Dopo la vittoria dei “nazionali” , de Rivera fu inumato in una nicchia dello stesso cimitero, ma il 19 novembre Franco ne ordinò il trasferimento nella Cappella Reale del Monastero dell’Escorial; la bara fu portata a spalla da migliaia di falangisti che si diedero il cambio per 500 km. Nel marzo del 1959, infine, il dittatore ne ordinò la sepoltura nella basilica del suo mausoleo.
Ora i resti verranno tumulati per la quarta – e si spera ultima – volta, grazie alla legge voluta dai socialisti e da Unidas Podemos. Il prossimo passo dovrebbe essere la messa fuori legge, come prevede la Ley de Memoria Democratica, delle fondazioni che raccolgono l’eredità ideologica del regime e gestiscono una gran quantità di denaro e di potere, prima tra tutti l’influente Fundación Nacional Francisco Franco. Spetterebbe al governo sollecitare la chiusura di queste entità e alla magistratura sospenderne intanto le attività, ma l’iter va a rilento.

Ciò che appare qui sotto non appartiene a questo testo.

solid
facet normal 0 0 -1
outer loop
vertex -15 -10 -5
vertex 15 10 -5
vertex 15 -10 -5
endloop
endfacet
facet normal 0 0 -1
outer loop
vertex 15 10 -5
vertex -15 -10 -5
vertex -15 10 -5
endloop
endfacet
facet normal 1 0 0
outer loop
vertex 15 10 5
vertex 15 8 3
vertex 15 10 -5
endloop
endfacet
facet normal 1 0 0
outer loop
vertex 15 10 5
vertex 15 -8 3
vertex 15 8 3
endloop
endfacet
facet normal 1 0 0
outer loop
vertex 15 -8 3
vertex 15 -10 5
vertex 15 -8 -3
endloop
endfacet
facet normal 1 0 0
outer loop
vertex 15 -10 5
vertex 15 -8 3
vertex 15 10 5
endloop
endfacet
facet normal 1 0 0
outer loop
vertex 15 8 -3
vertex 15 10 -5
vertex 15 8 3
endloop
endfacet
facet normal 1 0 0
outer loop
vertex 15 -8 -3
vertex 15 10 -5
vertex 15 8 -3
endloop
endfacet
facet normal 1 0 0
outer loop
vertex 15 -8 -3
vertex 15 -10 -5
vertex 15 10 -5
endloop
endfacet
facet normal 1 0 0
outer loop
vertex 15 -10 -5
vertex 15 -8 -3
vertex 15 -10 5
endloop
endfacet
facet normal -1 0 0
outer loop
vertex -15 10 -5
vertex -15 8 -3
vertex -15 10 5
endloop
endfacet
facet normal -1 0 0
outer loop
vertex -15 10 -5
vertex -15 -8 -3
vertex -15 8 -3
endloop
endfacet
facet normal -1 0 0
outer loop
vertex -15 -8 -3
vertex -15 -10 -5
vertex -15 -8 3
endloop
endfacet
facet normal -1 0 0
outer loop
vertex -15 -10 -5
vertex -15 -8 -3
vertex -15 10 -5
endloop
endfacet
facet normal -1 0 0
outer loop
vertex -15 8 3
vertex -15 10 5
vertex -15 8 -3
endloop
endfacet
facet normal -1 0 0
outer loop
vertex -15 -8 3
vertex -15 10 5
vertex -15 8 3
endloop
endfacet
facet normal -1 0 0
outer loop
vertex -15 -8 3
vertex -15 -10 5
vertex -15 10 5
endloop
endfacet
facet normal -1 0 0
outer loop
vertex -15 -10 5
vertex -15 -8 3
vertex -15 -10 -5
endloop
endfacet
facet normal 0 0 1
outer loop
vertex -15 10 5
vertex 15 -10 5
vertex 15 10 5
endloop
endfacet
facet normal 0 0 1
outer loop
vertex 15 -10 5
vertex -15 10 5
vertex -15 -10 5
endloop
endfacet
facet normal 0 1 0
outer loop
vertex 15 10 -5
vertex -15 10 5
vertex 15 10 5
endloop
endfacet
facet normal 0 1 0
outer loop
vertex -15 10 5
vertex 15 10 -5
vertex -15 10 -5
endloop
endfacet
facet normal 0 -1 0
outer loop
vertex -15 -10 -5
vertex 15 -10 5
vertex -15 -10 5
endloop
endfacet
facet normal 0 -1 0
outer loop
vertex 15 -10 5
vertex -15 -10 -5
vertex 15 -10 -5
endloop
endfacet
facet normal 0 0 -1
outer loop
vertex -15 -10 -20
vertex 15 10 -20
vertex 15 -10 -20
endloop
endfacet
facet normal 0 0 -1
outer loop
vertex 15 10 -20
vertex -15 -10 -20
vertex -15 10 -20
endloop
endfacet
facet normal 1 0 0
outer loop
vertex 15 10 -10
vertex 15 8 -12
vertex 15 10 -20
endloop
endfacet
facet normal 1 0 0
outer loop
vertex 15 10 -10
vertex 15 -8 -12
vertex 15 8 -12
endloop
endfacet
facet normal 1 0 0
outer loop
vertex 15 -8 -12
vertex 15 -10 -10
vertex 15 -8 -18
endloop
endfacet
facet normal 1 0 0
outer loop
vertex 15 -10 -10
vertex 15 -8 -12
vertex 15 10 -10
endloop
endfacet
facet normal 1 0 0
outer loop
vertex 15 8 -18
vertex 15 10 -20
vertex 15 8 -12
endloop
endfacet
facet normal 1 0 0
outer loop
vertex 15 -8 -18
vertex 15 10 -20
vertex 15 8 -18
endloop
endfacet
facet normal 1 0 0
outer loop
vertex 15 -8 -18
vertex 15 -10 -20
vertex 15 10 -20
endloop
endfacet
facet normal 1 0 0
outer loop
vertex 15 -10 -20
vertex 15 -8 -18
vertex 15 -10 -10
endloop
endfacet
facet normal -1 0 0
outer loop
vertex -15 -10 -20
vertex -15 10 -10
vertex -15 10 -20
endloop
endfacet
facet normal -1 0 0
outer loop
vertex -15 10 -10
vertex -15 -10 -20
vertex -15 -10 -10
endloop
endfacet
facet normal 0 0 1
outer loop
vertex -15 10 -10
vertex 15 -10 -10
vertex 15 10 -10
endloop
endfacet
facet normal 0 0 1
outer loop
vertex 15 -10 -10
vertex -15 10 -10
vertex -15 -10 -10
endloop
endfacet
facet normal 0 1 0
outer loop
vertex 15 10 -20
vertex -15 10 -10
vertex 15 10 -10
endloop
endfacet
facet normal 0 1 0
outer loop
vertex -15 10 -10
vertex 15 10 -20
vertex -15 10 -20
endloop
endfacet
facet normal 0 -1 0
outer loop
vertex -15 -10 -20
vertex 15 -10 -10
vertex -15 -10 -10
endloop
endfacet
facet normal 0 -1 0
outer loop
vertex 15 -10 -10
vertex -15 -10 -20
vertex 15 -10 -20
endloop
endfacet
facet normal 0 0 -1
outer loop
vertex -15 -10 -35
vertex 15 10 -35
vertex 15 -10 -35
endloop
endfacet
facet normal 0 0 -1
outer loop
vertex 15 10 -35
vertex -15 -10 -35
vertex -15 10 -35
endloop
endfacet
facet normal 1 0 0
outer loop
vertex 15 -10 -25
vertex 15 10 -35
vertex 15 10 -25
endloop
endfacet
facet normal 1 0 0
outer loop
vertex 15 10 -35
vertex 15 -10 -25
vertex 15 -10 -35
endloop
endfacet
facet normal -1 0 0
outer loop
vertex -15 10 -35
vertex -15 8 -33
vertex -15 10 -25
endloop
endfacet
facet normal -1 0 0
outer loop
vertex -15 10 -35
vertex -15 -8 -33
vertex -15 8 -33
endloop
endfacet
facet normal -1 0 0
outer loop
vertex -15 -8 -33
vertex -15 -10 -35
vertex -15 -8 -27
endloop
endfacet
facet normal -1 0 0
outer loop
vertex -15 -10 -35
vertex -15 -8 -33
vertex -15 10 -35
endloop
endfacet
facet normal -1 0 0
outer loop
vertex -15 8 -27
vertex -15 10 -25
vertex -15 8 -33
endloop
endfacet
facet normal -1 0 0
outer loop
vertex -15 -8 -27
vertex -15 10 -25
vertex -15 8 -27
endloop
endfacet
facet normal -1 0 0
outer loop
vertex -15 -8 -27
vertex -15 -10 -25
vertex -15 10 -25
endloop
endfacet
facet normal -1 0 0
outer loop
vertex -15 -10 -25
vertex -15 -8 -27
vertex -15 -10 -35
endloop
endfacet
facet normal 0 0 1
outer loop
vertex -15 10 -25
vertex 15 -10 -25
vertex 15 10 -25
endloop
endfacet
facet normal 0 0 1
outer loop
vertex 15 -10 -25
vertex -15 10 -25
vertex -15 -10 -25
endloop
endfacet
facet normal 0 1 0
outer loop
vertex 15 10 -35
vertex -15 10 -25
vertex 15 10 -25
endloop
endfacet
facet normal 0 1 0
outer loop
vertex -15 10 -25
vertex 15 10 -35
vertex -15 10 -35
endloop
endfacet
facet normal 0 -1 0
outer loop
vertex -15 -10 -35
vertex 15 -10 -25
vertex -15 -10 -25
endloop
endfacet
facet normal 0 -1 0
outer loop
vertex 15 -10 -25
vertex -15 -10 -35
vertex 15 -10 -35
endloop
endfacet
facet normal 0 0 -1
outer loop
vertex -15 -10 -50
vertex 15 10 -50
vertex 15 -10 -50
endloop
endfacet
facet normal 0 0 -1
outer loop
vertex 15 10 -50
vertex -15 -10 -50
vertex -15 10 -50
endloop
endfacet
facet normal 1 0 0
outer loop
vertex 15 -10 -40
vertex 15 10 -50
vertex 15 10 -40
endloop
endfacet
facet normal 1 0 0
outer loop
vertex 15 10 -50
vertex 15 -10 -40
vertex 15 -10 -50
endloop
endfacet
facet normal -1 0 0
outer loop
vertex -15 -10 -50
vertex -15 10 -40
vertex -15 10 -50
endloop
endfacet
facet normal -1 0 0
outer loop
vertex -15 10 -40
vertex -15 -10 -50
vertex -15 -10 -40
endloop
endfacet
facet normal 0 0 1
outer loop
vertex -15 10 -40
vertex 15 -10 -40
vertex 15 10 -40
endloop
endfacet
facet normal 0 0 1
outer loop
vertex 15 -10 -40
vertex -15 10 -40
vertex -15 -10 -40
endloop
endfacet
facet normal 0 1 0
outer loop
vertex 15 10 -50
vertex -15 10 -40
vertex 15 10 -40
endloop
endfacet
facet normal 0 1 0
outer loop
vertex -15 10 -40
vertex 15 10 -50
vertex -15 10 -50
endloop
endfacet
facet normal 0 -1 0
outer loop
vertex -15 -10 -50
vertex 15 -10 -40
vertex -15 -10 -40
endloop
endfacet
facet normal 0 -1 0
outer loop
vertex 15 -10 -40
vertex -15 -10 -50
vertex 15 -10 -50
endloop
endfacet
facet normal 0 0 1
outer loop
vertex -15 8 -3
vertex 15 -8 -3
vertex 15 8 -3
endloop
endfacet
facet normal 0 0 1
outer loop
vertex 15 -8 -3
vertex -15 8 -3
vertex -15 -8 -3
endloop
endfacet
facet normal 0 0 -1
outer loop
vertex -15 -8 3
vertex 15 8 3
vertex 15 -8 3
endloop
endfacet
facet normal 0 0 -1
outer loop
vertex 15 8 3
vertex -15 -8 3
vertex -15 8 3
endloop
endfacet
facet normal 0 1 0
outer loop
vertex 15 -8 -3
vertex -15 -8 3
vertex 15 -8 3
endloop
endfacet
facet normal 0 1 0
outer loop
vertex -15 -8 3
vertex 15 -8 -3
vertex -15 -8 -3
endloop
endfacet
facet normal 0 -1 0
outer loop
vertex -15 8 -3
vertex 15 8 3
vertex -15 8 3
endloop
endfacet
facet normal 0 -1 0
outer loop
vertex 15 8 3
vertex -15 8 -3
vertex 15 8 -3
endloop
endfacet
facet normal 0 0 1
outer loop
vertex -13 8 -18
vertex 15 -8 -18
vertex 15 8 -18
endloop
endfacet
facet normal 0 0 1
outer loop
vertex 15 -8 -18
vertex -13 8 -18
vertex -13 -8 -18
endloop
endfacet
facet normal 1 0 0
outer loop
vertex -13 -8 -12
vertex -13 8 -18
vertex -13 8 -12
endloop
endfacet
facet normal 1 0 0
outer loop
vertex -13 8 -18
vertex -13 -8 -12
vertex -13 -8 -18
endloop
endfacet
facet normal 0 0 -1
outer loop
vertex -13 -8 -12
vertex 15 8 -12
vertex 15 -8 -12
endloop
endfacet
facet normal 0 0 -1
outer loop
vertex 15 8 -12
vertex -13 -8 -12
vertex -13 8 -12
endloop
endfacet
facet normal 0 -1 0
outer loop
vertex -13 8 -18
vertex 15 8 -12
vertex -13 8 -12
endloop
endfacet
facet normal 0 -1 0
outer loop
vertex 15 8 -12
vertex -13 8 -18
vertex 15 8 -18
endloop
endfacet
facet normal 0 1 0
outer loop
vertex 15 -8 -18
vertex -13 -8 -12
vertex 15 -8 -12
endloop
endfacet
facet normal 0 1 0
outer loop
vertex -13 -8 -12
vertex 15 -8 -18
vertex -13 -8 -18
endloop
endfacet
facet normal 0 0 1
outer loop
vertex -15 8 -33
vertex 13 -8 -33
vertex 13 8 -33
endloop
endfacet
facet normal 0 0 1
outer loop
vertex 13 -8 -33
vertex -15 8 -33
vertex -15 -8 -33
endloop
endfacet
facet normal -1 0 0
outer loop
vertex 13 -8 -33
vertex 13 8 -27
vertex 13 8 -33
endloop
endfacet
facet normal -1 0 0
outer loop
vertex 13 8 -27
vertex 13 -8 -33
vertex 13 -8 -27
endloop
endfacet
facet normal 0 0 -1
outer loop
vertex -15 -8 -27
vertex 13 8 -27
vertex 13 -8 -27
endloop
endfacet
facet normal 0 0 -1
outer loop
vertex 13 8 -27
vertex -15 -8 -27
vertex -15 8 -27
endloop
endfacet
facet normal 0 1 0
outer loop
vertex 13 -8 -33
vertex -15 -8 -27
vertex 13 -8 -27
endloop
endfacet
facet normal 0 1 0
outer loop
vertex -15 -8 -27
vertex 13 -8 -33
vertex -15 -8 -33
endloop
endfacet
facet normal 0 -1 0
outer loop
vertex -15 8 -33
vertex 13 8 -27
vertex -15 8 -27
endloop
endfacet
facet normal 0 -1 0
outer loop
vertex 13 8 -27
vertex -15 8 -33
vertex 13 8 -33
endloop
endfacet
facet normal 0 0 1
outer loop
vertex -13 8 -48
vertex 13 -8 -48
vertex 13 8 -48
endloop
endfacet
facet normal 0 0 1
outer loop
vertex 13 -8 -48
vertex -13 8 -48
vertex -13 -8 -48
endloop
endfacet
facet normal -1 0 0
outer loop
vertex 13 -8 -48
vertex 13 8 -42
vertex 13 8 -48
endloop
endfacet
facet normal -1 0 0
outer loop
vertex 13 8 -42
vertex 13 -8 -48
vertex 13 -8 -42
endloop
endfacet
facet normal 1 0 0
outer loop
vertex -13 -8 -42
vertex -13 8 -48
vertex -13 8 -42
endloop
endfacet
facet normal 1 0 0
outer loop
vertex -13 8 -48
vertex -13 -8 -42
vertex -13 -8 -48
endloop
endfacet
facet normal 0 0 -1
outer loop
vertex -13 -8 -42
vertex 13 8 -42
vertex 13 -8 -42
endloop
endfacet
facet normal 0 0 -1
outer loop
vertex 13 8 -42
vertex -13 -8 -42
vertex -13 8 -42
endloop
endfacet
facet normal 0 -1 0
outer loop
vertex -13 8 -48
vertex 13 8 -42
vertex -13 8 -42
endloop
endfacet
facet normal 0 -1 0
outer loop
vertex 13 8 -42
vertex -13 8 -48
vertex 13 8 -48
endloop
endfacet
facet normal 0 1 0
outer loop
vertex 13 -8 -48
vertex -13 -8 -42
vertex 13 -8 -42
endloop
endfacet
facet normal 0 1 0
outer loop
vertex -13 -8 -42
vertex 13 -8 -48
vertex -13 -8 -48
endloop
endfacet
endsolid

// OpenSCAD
//=================================================
WALL_THICK = 4;

//            D   H   TRANS         ROTATE   endcap endcap               
cylinder1 = [ 55, 66, [0,0,0],      [0,0,0],   0, 1 ]; // dia, len, translate[x,y,z]
cylinder2 = [ 20, 30, [100,0,10/2], [0,0,0],   1, 0 ]; // dia, len, translate[x,y,z]
cylinder3 = [ 55, 66, [-30,0,0],    [0,0,0],   0, 1 ]; // dia, len, translate[x,y,z]
cylinder4 = [ 20, 30, [-100,0,10/2],[0,-90,0], 0, 1 ]; // dia, len, translate[x,y,z]

cylinder5 = [ 55, 66, [ 0,30,0],     [0,0,0],   1, 0 ]; // dia, len, translate[x,y,z]
cylinder6 = [ 20, 30, [ 0,100, 10/2],[0,-90,0], 1, 0 ]; // dia, len, translate[x,y,z]
cylinder7 = [ 55, 66, [ 0,-30,0],    [0,0,0],   0, 1 ]; // dia, len, translate[x,y,z]
cylinder8 = [ 20, 30, [ 0,-100,10/2],[0,-90,0], 0, 1 ]; // dia, len, translate[x,y,z]

//             0              1              2       3    4
box1 = [ [ 10, 20, 30] , [  0, 0, 0 ], [ 0,  0, 0 ], 0, 0];
box2 = [ [ 10, 20, 30] , [ 15, 0, 0 ], [ 0,  0, 0 ], 1, 0];
box3 = [ [ 10, 20, 30] , [ 30, 0, 0 ], [ 0,  0, 0 ], 0, 1];
box4 = [ [ 10, 20, 30] , [ 45, 0, 0 ], [ 0,  0, 0 ], 1, 1];

CYLINDER_LIST = [cylinder1, cylinder2]; //, cylinder3, cylinder4, cylinder5, cylinder6, cylinder7, cylinder8 ]; 
BOX_LIST=[box1, box2, box3, box4]; //, box2];

module make_cubes(action, stuff)
{
    if (action == "BOM")
    {
        // for each work object, execute the cmd on the object
        // the command is specified on the line after this BOM caller
        for(i=[0:1:$children-1])
           children(i); // do the shapes that come after us!
    }
    
    else if (action == "ADD")
    {
        num_items =  len(BOX_LIST)-1;
        for ( item = [ 0: num_items ])
        {
            echo ("item = ", item);
            echo ("dims = ", BOX_LIST[item][0]);

            rotate( [ 0, 90, 0 ])           // axis start on x axis

            rotate( BOX_LIST[item][2]) // user override
            translate( BOX_LIST[item][1])
            
            if ($preview)
                %cube( BOX_LIST[item][0], center=true);
            else
                cube( BOX_LIST[item][0], center=true);
        }
        echo ("----- end adding ------");
    }
    else if (action == "REMOVE")
    {
        num_items =  len(BOX_LIST)-1;
        for ( item = [ 0: num_items ])
        {
           echo ("rmv -------- #", item);
           
            newW = (BOX_LIST[item][3] + BOX_LIST[item][4]) * WALL_THICK;

            echo ("item = ", item);
            echo ("x = ", BOX_LIST[item].x);
            echo ("endcapL = ",BOX_LIST[item][3]);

Anche il divieto delle manifestazioni nostalgiche, previsto dalla legge, non sembra funzionare. I raduni che inneggiano a Franco continuano soprattutto grazie alla benevolenza delle amministrazioni locali e delle autorità di pubblica sicurezza. Il governo vuole sanzionarne gli organizzatori che però promettono di rivolgersi alla Corte Europea dei Diritti Umani.
Nei giorni scorsi, infine, un magistrato ha ignorato l’articolo 2 della nuova norma che obbliga a interpretare i crimini del regime franchista come «crimini contro l’umanità». Una corte di Ferrol, ritenendo preminenti la prescrizione e la legge di amnistia del 1977, ha deciso di archiviare la denuncia contro tre poliziotti che nel 1975 assassinarono, sparandogli alle spalle, il leader sindacale Moncho Reboiras, leader dell’Unione del Popolo Galiziano.